Implementation of these tools permits more detailed and complex analyses, including deeper analyses of cell populations within a tumor microenvironment (TME), while reducing errors and intra- and inter-observer variability, ultimately leading to more highly accurate assessments.
Integration with advanced data management systems, such as cloud-based software solutions, allows for easier access to samples and facilitates collaboration on a massive scale.
The Application of Digital Pathology-Based Biomarker Analysis
It is no secret that biomarkers are playing an increasingly important role in all facets of cancer drug discovery and development. This is because many new oncology drugs are being developed as precision medicines, where a patient’s biomarker profile determines the right drug for that patient.
Thus, the pharmaceutical industry is integrating biomarker strategies earlier in their R&D programs so they can maximize the chances of identifying biomarkers that successfully stratify patients based on who is most likely to respond or develop resistance.

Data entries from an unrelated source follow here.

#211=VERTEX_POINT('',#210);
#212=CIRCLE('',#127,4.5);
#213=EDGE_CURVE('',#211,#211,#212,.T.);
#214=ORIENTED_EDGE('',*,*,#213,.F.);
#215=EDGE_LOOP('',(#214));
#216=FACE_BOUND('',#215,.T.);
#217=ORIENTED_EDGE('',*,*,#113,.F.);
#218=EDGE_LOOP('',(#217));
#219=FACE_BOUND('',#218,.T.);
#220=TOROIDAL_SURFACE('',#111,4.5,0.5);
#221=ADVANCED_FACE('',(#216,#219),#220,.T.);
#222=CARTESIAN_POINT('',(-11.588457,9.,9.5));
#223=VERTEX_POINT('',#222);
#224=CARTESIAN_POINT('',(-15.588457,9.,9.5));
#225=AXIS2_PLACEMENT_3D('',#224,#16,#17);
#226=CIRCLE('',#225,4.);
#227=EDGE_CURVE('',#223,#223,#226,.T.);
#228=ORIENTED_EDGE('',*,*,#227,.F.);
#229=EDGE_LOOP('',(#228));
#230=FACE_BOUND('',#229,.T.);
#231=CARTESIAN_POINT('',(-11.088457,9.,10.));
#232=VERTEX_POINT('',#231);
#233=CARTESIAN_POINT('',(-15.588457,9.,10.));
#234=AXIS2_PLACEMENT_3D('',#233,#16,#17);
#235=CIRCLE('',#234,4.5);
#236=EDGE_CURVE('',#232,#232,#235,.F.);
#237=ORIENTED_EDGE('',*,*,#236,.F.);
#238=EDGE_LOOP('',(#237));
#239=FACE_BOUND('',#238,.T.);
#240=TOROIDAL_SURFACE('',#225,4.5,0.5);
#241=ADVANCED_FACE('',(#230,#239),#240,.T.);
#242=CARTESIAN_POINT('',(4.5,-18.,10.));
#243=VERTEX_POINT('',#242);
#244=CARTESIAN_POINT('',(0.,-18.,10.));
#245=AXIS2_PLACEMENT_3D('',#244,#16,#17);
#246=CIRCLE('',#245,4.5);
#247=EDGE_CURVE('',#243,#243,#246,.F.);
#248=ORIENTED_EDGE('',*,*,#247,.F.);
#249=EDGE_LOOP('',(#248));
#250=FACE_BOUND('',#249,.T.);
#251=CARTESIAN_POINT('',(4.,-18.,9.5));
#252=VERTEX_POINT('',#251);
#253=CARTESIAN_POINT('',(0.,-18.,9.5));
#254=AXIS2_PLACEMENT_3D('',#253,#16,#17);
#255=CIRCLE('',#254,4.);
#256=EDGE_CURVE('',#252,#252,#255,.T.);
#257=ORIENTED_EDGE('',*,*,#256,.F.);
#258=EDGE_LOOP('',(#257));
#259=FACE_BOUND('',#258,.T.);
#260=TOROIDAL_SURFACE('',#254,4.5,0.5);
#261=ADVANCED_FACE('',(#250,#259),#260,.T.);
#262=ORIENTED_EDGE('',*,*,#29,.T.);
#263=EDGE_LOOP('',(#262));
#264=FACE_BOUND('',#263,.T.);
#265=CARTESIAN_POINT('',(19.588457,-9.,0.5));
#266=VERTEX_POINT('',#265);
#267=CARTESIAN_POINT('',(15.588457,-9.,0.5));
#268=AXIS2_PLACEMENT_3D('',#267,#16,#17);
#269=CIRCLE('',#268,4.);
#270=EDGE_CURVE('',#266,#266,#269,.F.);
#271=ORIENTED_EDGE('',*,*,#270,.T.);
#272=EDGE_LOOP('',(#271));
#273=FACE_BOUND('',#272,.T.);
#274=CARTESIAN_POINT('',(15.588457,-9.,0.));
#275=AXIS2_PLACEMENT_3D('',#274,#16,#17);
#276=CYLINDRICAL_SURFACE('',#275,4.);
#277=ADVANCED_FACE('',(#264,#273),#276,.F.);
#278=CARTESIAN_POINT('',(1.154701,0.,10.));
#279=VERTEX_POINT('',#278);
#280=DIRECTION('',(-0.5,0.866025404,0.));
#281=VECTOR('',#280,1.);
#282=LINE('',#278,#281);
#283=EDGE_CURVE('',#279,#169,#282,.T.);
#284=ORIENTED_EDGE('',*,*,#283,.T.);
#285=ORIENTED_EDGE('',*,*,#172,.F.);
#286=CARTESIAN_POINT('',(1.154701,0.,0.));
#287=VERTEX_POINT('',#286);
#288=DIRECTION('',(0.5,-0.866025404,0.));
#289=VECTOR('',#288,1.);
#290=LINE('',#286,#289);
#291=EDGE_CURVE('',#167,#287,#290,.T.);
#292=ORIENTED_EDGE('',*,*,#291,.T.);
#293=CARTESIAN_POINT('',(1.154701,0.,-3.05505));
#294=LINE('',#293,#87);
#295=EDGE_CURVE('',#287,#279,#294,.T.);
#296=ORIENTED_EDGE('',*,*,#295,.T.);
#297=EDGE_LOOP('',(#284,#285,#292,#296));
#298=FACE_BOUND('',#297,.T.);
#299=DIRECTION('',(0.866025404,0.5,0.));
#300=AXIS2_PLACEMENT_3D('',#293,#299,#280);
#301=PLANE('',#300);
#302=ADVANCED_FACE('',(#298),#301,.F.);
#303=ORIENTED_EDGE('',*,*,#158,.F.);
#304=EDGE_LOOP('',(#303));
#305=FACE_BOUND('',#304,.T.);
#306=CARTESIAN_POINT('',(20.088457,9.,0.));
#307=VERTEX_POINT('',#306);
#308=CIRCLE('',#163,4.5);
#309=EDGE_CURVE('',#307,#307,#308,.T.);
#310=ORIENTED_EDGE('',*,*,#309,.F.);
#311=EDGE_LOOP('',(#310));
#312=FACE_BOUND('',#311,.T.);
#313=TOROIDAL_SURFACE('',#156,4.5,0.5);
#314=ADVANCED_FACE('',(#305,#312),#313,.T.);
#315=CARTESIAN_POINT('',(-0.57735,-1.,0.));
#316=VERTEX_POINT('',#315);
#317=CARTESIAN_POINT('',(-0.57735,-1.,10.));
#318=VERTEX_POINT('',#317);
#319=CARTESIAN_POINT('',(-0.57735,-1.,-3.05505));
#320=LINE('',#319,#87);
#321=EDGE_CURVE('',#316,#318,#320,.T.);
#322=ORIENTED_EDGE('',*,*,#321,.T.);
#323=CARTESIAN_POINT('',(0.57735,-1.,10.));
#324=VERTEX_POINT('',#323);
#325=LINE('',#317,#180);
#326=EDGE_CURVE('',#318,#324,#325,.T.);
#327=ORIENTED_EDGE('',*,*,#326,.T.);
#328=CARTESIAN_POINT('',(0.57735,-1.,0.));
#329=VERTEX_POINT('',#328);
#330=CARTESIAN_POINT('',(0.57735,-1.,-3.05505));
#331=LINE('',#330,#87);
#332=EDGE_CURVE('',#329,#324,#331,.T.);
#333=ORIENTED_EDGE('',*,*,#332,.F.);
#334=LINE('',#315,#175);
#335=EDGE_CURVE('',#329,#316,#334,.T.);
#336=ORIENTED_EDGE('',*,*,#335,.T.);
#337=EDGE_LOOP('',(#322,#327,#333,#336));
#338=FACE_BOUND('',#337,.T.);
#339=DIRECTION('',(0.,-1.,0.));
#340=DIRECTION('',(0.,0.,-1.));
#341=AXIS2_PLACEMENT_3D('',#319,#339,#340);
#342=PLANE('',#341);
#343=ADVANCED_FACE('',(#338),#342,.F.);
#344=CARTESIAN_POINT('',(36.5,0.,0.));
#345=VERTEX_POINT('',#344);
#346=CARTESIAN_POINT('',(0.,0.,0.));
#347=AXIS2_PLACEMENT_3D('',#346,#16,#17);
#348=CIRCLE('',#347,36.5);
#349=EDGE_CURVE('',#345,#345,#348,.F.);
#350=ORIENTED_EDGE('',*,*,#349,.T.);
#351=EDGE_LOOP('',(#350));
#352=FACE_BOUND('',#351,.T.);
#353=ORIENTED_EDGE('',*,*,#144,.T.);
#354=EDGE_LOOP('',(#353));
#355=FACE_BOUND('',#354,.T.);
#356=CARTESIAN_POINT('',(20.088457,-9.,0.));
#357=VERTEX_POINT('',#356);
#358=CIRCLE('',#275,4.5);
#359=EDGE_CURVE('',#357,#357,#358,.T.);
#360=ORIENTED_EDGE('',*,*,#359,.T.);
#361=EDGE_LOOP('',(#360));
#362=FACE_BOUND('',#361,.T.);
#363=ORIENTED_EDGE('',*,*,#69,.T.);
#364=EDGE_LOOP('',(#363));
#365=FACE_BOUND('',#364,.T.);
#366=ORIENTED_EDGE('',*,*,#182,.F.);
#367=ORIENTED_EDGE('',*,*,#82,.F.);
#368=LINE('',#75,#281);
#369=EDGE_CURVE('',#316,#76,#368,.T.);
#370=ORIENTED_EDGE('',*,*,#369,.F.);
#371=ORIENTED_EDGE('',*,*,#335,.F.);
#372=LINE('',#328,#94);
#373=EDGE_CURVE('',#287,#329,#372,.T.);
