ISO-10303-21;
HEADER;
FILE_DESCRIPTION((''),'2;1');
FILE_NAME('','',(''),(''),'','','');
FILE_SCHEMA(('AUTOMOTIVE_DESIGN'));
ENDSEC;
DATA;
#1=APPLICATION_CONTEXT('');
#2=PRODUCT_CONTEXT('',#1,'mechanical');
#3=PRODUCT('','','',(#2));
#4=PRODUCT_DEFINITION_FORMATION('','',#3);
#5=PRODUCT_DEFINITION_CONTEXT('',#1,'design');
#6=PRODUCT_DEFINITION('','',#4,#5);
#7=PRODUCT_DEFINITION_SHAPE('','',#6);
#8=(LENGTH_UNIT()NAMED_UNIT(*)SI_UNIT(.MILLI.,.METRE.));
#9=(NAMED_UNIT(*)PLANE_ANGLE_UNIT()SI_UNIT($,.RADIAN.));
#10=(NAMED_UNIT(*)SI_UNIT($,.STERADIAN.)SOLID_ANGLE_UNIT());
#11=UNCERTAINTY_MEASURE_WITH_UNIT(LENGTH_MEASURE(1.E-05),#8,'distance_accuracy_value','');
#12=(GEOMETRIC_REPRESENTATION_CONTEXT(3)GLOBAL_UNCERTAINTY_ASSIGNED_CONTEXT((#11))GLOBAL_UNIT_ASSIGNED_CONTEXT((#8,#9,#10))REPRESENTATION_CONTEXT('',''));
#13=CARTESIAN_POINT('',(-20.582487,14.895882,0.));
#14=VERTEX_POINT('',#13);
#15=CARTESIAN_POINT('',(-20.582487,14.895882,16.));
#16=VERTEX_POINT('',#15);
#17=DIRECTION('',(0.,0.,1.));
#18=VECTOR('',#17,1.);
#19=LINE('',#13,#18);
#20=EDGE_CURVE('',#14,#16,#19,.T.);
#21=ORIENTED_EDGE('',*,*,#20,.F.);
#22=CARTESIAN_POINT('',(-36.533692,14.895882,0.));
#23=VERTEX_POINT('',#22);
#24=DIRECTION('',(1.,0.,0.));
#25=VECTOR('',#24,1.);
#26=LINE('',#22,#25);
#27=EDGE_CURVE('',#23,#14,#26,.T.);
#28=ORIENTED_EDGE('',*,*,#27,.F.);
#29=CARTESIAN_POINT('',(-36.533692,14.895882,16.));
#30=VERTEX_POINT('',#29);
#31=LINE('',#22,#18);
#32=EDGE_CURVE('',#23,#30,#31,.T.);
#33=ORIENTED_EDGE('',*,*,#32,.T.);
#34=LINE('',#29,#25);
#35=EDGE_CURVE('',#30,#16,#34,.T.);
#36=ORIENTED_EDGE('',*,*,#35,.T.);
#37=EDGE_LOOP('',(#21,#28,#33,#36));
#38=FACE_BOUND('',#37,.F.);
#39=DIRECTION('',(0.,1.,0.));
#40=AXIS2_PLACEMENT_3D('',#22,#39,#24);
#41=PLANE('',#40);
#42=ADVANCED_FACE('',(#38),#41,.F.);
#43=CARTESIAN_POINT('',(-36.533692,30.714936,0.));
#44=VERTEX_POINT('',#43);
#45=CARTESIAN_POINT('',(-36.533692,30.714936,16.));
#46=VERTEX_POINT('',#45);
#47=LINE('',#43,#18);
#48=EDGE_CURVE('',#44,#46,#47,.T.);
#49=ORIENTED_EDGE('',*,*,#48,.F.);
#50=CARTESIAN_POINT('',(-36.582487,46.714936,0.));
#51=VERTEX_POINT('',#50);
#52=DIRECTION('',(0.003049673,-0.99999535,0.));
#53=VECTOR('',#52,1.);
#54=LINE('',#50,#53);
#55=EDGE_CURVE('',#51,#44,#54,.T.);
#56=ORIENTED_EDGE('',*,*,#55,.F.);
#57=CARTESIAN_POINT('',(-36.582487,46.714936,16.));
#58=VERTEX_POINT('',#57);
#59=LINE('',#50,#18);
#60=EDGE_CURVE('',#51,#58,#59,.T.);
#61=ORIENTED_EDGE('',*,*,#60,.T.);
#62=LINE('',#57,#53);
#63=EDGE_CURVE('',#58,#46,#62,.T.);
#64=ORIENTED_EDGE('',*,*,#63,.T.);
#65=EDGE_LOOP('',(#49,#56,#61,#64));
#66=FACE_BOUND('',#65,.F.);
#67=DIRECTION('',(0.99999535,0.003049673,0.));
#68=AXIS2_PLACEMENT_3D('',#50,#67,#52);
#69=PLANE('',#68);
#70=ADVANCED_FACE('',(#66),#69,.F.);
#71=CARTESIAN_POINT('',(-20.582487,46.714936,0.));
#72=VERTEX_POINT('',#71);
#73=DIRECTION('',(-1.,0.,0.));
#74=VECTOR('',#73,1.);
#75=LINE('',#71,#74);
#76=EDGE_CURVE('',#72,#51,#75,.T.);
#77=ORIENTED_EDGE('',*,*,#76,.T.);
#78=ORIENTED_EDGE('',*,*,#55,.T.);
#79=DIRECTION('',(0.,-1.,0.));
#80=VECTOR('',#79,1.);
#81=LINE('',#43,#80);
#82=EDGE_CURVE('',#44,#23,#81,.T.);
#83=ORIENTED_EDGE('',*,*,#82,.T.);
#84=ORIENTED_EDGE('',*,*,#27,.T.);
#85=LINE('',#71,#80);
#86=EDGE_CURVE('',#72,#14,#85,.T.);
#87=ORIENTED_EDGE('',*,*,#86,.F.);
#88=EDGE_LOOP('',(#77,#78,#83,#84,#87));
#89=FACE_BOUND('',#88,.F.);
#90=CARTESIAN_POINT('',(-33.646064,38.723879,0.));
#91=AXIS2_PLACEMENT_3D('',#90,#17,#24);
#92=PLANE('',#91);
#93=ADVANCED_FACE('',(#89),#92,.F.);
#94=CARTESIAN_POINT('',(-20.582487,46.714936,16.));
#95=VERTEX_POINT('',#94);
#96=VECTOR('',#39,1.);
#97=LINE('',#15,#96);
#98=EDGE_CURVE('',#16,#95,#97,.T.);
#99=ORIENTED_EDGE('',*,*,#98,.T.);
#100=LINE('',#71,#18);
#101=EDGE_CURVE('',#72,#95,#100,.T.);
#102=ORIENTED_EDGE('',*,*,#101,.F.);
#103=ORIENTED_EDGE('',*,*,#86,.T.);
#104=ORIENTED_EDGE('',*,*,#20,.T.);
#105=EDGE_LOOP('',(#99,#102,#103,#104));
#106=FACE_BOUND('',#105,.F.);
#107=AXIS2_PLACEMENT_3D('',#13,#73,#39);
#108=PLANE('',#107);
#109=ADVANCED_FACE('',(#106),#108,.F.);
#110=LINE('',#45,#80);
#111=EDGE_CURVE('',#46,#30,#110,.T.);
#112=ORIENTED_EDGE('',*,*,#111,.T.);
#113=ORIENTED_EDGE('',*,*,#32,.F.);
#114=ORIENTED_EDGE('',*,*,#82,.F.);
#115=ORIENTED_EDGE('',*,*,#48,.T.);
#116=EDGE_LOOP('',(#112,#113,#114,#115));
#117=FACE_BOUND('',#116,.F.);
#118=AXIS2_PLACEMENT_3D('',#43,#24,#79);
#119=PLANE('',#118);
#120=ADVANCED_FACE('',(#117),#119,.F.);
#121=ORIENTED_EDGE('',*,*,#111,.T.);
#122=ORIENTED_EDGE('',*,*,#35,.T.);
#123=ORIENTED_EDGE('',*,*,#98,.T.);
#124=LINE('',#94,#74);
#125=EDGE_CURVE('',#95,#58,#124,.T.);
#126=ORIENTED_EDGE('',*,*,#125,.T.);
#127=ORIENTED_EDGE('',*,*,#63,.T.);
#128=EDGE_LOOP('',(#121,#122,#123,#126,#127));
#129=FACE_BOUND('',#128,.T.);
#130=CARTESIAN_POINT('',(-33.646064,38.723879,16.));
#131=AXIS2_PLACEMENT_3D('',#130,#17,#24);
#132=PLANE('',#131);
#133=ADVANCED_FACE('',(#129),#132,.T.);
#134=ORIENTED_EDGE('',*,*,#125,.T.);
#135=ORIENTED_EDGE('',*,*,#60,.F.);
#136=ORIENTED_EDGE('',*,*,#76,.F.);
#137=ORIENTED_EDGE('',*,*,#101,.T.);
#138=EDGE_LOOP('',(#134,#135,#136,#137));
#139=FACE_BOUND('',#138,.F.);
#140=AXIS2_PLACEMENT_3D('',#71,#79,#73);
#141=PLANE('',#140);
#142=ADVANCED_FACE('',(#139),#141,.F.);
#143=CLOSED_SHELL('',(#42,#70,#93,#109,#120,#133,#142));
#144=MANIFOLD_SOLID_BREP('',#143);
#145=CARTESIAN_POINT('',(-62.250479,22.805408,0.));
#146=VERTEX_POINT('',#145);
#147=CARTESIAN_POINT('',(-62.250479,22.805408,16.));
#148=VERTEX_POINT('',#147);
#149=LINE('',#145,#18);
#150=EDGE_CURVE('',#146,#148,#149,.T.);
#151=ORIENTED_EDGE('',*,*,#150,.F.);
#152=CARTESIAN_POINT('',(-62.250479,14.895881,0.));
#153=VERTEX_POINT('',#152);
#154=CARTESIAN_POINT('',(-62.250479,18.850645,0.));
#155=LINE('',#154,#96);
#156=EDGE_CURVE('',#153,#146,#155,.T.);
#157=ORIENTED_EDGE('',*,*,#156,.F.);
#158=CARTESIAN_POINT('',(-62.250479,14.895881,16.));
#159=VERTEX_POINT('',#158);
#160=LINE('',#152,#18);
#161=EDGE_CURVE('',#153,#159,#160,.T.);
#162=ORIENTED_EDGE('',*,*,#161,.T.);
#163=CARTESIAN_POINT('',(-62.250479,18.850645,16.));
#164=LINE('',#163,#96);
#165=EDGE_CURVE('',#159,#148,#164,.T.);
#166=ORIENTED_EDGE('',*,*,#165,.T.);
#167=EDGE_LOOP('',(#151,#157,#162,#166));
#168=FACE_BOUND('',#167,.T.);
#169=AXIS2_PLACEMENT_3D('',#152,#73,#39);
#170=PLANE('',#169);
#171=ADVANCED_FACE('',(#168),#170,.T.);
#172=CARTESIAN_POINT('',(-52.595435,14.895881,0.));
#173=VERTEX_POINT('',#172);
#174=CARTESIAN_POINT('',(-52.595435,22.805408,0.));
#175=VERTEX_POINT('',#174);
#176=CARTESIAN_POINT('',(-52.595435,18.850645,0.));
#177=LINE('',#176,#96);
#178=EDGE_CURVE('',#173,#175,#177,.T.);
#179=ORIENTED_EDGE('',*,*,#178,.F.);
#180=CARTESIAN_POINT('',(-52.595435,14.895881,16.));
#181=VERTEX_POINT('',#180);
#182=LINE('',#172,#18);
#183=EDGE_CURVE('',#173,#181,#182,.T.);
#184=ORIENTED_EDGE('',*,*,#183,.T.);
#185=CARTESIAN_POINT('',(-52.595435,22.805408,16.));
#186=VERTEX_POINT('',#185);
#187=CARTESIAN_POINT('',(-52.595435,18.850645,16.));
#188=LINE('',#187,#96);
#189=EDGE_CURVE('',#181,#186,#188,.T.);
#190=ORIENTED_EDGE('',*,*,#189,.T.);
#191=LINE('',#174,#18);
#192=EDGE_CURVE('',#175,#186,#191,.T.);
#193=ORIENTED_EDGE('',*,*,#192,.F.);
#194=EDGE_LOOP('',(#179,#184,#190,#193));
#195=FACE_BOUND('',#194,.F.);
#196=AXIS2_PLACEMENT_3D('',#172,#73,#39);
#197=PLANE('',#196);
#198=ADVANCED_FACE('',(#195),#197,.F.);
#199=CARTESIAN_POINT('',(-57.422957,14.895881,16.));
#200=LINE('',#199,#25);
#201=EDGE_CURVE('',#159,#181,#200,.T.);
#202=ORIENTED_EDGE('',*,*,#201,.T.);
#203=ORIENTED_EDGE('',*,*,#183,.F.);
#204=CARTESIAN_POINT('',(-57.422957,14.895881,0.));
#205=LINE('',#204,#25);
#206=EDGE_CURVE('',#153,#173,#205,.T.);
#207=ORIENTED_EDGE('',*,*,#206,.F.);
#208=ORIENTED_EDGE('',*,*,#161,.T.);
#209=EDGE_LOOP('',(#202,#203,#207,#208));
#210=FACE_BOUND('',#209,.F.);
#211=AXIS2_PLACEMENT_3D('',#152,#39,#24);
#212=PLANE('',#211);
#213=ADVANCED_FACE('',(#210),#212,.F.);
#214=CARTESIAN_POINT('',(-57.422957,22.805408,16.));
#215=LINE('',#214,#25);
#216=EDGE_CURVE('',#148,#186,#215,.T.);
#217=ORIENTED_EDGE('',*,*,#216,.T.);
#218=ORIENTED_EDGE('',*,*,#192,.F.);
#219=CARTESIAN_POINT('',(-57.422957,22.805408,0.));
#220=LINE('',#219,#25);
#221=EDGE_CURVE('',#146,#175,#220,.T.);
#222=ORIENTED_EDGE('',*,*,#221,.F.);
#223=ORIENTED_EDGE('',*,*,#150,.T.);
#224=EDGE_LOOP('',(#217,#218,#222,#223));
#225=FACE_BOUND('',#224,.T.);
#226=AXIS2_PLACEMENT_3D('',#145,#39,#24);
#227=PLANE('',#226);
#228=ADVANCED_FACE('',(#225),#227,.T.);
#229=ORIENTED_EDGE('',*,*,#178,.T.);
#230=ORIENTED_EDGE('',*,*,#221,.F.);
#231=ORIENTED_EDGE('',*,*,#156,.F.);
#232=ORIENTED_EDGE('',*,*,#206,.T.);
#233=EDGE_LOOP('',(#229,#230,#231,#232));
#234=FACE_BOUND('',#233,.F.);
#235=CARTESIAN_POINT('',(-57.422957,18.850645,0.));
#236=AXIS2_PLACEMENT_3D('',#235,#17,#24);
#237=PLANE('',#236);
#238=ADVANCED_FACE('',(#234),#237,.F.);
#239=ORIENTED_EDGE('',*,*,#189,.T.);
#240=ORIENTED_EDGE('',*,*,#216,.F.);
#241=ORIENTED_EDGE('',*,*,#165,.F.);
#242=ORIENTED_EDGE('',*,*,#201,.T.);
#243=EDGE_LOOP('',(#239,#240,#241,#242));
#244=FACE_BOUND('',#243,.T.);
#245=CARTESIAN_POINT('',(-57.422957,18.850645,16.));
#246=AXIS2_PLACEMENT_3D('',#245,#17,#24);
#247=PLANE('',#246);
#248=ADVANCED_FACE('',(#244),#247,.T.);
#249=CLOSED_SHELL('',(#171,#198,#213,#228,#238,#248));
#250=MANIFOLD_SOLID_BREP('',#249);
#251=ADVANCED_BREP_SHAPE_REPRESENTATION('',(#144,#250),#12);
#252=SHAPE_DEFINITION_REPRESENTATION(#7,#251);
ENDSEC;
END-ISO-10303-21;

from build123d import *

# Parameters (mm, degrees)
F0_W     = 10.151514
F0_H     = 16
F0_W_2   = 9.655044
F0_H_2   = 7.909527
F1_DEPTH = 16
F2_DEPTH = 16
F3_DEPTH = 16


with BuildPart() as f1:
    # F0 (on Top) → F1 (new body)
    with BuildSketch(Plane.XY):
        Polygon((-36.582487, 46.714936), (-36.533692, 30.714936), (-30.734001, 30.714936), (-30.734001, 46.714936), align=None)
        Polygon((-30.734001, 30.714936), (-36.533692, 30.714936), (-36.533692, 14.895882), (-20.582487, 14.895882), (-20.582487, 30.714936), align=None)
        with Locations((-25.658244, 38.714936)):
            Rectangle(F0_W, F0_H)
        with Locations((-57.422957, 18.850645)):
            Rectangle(F0_W_2, F0_H_2)
    extrude(amount=F1_DEPTH)

    # F0 (on Top) → F2 (join)
    with BuildSketch(Plane.XY):
        Polygon((-30.734001, 30.714936), (-36.533692, 30.714936), (-36.533692, 14.895882), (-20.582487, 14.895882), (-20.582487, 30.714936), align=None)
    extrude(amount=F2_DEPTH)

    # F0 (on Top) → F3 (join)
    with BuildSketch(Plane.XY):
        with Locations((-57.422957, 18.850645)):
            Rectangle(F0_W_2, F0_H_2)
    extrude(amount=F3_DEPTH)


solid = f1.part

Biomarkers can be identified to support efficacy, safety, and/or pharmacodynamics and mechanisms of action (MoA), all of which can be challenging to identify, but they can be immensely informative.
Digital pathology offers many benefits to biomarker discovery and analysis.
In particular, AI-based algorithms are now capable of generating quantitative data on drug target expression as well as the density and distribution of single or multiple markers that would be difficult to achieve by the human eye. This is especially important given that many tumors exhibit tumor heterogeneity with some markers expressed in only a small subpopulation of cells.
Traditional pathology can be cumbersome even when interpreting a small number of samples. This task becomes even more challenging for biomarker analysis which typically involves large volumes of tissue samples.
As such, one of the main advantages of digital pathology is the ability to handle the automated analysis of complex datasets comprised of large numbers of individually scanned slides or tissue microarrays (TMAs). Therefore, the use of a digital pathology in biomarker analysis can streamline the workflow, leading to quicker results that can be used to drive downstream decisions.
Implementation of digital pathology has also made important contributions to the field of immuno-oncology (I/O). It is now well recognized that the success of immunotherapy depends on the close and dynamic interaction between tumor cells and other cell populations within the TME. The ability to achieve comprehensive spatial analysis of biomarkers with digital pathology enables researchers to better understand the role of this relationship for the development of new and more effective I/O agents.
Technologies for Digital Pathology-Based Biomarker Analysis
A variety of methods are currently used for tissue biomarker detection. These include basic stains that differentiate different cellular compartments (e.g., H&E) or molecular assays such as immunohistochemistry (IHC) or immunofluorescence (IF) for protein biomarkers. Despite advancements in sequencing technologies, methods such as in situ hybridization (ISH) with chromogenic (CSH) or fluorescent (FISH) options remain popular for the detection of RNA/DNA biomarkers.
Since the majority of tissue biomarkers are protein-based, robust IHC and IF protocols have been developed for a number of important cancer targets. These include:
- Tumor associated antigens (TAAs), such as growth factor receptors (e.g., EGFR, HER2)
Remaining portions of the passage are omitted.